==== INPUT DATA ====

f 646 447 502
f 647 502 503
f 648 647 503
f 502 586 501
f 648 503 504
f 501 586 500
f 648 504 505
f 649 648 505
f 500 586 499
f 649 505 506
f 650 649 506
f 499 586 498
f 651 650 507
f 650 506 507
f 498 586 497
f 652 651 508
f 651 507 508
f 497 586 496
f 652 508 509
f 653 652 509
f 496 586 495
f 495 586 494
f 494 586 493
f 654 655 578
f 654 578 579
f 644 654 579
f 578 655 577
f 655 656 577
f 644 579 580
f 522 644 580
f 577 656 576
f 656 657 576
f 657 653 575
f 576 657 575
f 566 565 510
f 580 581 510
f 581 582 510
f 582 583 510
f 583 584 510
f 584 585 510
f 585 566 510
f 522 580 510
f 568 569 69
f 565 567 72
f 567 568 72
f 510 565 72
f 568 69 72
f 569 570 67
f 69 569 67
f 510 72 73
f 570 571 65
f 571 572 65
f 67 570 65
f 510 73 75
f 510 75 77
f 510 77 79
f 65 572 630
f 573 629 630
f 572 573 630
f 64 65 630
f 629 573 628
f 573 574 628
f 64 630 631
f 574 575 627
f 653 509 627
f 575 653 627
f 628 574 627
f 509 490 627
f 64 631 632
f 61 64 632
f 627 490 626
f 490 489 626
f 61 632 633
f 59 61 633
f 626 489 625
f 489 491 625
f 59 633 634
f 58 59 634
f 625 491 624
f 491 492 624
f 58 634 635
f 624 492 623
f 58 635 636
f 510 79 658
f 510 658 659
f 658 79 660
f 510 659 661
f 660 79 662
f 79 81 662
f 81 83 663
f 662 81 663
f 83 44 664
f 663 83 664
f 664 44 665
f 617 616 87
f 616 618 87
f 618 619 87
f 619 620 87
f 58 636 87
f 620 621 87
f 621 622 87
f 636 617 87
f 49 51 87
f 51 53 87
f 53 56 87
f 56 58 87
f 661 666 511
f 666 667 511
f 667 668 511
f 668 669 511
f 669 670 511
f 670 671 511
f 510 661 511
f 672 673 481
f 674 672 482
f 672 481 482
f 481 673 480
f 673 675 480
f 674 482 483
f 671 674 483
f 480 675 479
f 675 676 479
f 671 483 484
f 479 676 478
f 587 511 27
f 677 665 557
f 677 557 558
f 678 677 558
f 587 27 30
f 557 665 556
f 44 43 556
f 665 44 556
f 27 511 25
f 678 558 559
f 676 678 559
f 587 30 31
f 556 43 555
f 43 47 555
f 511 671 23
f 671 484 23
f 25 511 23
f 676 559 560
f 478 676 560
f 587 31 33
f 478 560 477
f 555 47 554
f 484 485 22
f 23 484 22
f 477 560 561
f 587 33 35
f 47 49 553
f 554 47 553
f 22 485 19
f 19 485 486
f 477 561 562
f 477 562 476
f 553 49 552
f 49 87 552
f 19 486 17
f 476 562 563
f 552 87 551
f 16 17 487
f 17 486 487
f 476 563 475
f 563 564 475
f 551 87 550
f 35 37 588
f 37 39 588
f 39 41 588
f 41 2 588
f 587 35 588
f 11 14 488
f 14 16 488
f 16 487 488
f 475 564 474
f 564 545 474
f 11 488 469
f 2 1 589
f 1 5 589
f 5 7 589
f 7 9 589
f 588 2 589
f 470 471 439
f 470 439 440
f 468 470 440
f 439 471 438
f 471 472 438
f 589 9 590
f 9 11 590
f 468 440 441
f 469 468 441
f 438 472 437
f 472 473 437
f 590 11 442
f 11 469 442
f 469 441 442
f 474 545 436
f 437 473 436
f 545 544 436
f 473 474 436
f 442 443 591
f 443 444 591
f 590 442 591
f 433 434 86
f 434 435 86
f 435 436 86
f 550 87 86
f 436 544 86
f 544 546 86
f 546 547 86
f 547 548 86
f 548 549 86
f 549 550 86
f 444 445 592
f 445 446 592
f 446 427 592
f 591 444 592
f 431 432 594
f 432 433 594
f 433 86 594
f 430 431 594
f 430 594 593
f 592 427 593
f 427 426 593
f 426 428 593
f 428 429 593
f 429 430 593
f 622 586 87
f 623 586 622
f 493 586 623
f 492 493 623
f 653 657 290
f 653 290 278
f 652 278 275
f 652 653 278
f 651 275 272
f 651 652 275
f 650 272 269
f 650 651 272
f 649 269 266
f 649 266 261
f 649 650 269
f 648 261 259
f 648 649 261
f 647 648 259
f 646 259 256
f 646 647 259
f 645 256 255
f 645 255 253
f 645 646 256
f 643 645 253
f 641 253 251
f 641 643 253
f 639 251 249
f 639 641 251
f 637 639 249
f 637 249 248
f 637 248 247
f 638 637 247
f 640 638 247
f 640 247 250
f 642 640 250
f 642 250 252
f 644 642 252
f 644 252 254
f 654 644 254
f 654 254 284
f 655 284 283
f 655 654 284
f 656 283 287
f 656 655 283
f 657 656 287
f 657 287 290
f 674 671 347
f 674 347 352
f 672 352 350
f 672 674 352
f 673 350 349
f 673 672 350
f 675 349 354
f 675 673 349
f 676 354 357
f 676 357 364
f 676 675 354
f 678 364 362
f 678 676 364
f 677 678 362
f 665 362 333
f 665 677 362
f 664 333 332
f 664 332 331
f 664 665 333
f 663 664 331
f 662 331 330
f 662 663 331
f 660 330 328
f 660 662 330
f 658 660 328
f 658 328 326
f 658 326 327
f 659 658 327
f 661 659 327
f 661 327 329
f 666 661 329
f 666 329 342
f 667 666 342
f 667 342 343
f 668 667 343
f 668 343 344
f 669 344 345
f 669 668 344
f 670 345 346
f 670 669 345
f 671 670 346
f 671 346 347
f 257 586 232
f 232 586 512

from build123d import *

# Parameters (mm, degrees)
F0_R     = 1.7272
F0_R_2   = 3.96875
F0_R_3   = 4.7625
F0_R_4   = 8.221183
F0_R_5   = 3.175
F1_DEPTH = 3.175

====

WHAT YOU ARE ASKED TO DO - The response should consist of every record, written out exactly as given.

SOLUTION FOR THIS TASK -
f 646 447 502
f 647 502 503
f 648 647 503
f 502 586 501
f 648 503 504
f 501 586 500
f 648 504 505
f 649 648 505
f 500 586 499
f 649 505 506
f 650 649 506
f 499 586 498
f 651 650 507
f 650 506 507
f 498 586 497
f 652 651 508
f 651 507 508
f 497 586 496
f 652 508 509
f 653 652 509
f 496 586 495
f 495 586 494
f 494 586 493
f 654 655 578
f 654 578 579
f 644 654 579
f 578 655 577
f 655 656 577
f 644 579 580
f 522 644 580
f 577 656 576
f 656 657 576
f 657 653 575
f 576 657 575
f 566 565 510
f 580 581 510
f 581 582 510
f 582 583 510
f 583 584 510
f 584 585 510
f 585 566 510
f 522 580 510
f 568 569 69
f 565 567 72
f 567 568 72
f 510 565 72
f 568 69 72
f 569 570 67
f 69 569 67
f 510 72 73
f 570 571 65
f 571 572 65
f 67 570 65
f 510 73 75
f 510 75 77
f 510 77 79
f 65 572 630
f 573 629 630
f 572 573 630
f 64 65 630
f 629 573 628
f 573 574 628
f 64 630 631
f 574 575 627
f 653 509 627
f 575 653 627
f 628 574 627
f 509 490 627
f 64 631 632
f 61 64 632
f 627 490 626
f 490 489 626
f 61 632 633
f 59 61 633
f 626 489 625
f 489 491 625
f 59 633 634
f 58 59 634
f 625 491 624
f 491 492 624
f 58 634 635
f 624 492 623
f 58 635 636
f 510 79 658
f 510 658 659
f 658 79 660
f 510 659 661
f 660 79 662
f 79 81 662
f 81 83 663
f 662 81 663
f 83 44 664
f 663 83 664
f 664 44 665
f 617 616 87
f 616 618 87
f 618 619 87
f 619 620 87
f 58 636 87
f 620 621 87
f 621 622 87
f 636 617 87
f 49 51 87
f 51 53 87
f 53 56 87
f 56 58 87
f 661 666 511
f 666 667 511
f 667 668 511
f 668 669 511
f 669 670 511
f 670 671 511
f 510 661 511
f 672 673 481
f 674 672 482
f 672 481 482
f 481 673 480
f 673 675 480
f 674 482 483
f 671 674 483
f 480 675 479
f 675 676 479
f 671 483 484
f 479 676 478
f 587 511 27
f 677 665 557
f 677 557 558
f 678 677 558
f 587 27 30
f 557 665 556
f 44 43 556
f 665 44 556
f 27 511 25
f 678 558 559
f 676 678 559
f 587 30 31
f 556 43 555
f 43 47 555
f 511 671 23
f 671 484 23
f 25 511 23
f 676 559 560
f 478 676 560
f 587 31 33
f 478 560 477
f 555 47 554
f 484 485 22
f 23 484 22
f 477 560 561
f 587 33 35
f 47 49 553
f 554 47 553
f 22 485 19
f 19 485 486
f 477 561 562
f 477 562 476
f 553 49 552
f 49 87 552
f 19 486 17
f 476 562 563
f 552 87 551
f 16 17 487
f 17 486 487
f 476 563 475
f 563 564 475
f 551 87 550
f 35 37 588
f 37 39 588
f 39 41 588
f 41 2 588
f 587 35 588
f 11 14 488
f 14 16 488
f 16 487 488
f 475 564 474
f 564 545 474
f 11 488 469
f 2 1 589
f 1 5 589
f 5 7 589
f 7 9 589
f 588 2 589
f 470 471 439
f 470 439 440
f 468 470 440
f 439 471 438
f 471 472 438
f 589 9 590
f 9 11 590
f 468 440 441
f 469 468 441
f 438 472 437
f 472 473 437
f 590 11 442
f 11 469 442
f 469 441 442
f 474 545 436
f 437 473 436
f 545 544 436
f 473 474 436
f 442 443 591
f 443 444 591
f 590 442 591
f 433 434 86
f 434 435 86
f 435 436 86
f 550 87 86
f 436 544 86
f 544 546 86
f 546 547 86
f 547 548 86
f 548 549 86
f 549 550 86
f 444 445 592
f 445 446 592
f 446 427 592
f 591 444 592
f 431 432 594
f 432 433 594
f 433 86 594
f 430 431 594
f 430 594 593
f 592 427 593
f 427 426 593
f 426 428 593
f 428 429 593
f 429 430 593
f 622 586 87
f 623 586 622
f 493 586 623
f 492 493 623
f 653 657 290
f 653 290 278
f 652 278 275
f 652 653 278
f 651 275 272
f 651 652 275
f 650 272 269
f 650 651 272
f 649 269 266
f 649 266 261
f 649 650 269
f 648 261 259
f 648 649 261
f 647 648 259
f 646 259 256
f 646 647 259
f 645 256 255
f 645 255 253
f 645 646 256
f 643 645 253
f 641 253 251
f 641 643 253
f 639 251 249
f 639 641 251
f 637 639 249
f 637 249 248
f 637 248 247
f 638 637 247
f 640 638 247
f 640 247 250
f 642 640 250
f 642 250 252
f 644 642 252
f 644 252 254
f 654 644 254
f 654 254 284
f 655 284 283
f 655 654 284
f 656 283 287
f 656 655 283
f 657 656 287
f 657 287 290
f 674 671 347
f 674 347 352
f 672 352 350
f 672 674 352
f 673 350 349
f 673 672 350
f 675 349 354
f 675 673 349
f 676 354 357
f 676 357 364
f 676 675 354
f 678 364 362
f 678 676 364
f 677 678 362
f 665 362 333
f 665 677 362
f 664 333 332
f 664 332 331
f 664 665 333
f 663 664 331
f 662 331 330
f 662 663 331
f 660 330 328
f 660 662 330
f 658 660 328
f 658 328 326
f 658 326 327
f 659 658 327
f 661 659 327
f 661 327 329
f 666 661 329
f 666 329 342
f 667 666 342
f 667 342 343
f 668 667 343
f 668 343 344
f 669 344 345
f 669 668 344
f 670 345 346
f 670 669 345
f 671 670 346
f 671 346 347
f 257 586 232
f 232 586 512

from build123d import *

# Parameters (mm, degrees)
F0_R     = 1.7272
F0_R_2   = 3.96875
F0_R_3   = 4.7625
F0_R_4   = 8.221183
F0_R_5   = 3.175
F1_DEPTH = 3.175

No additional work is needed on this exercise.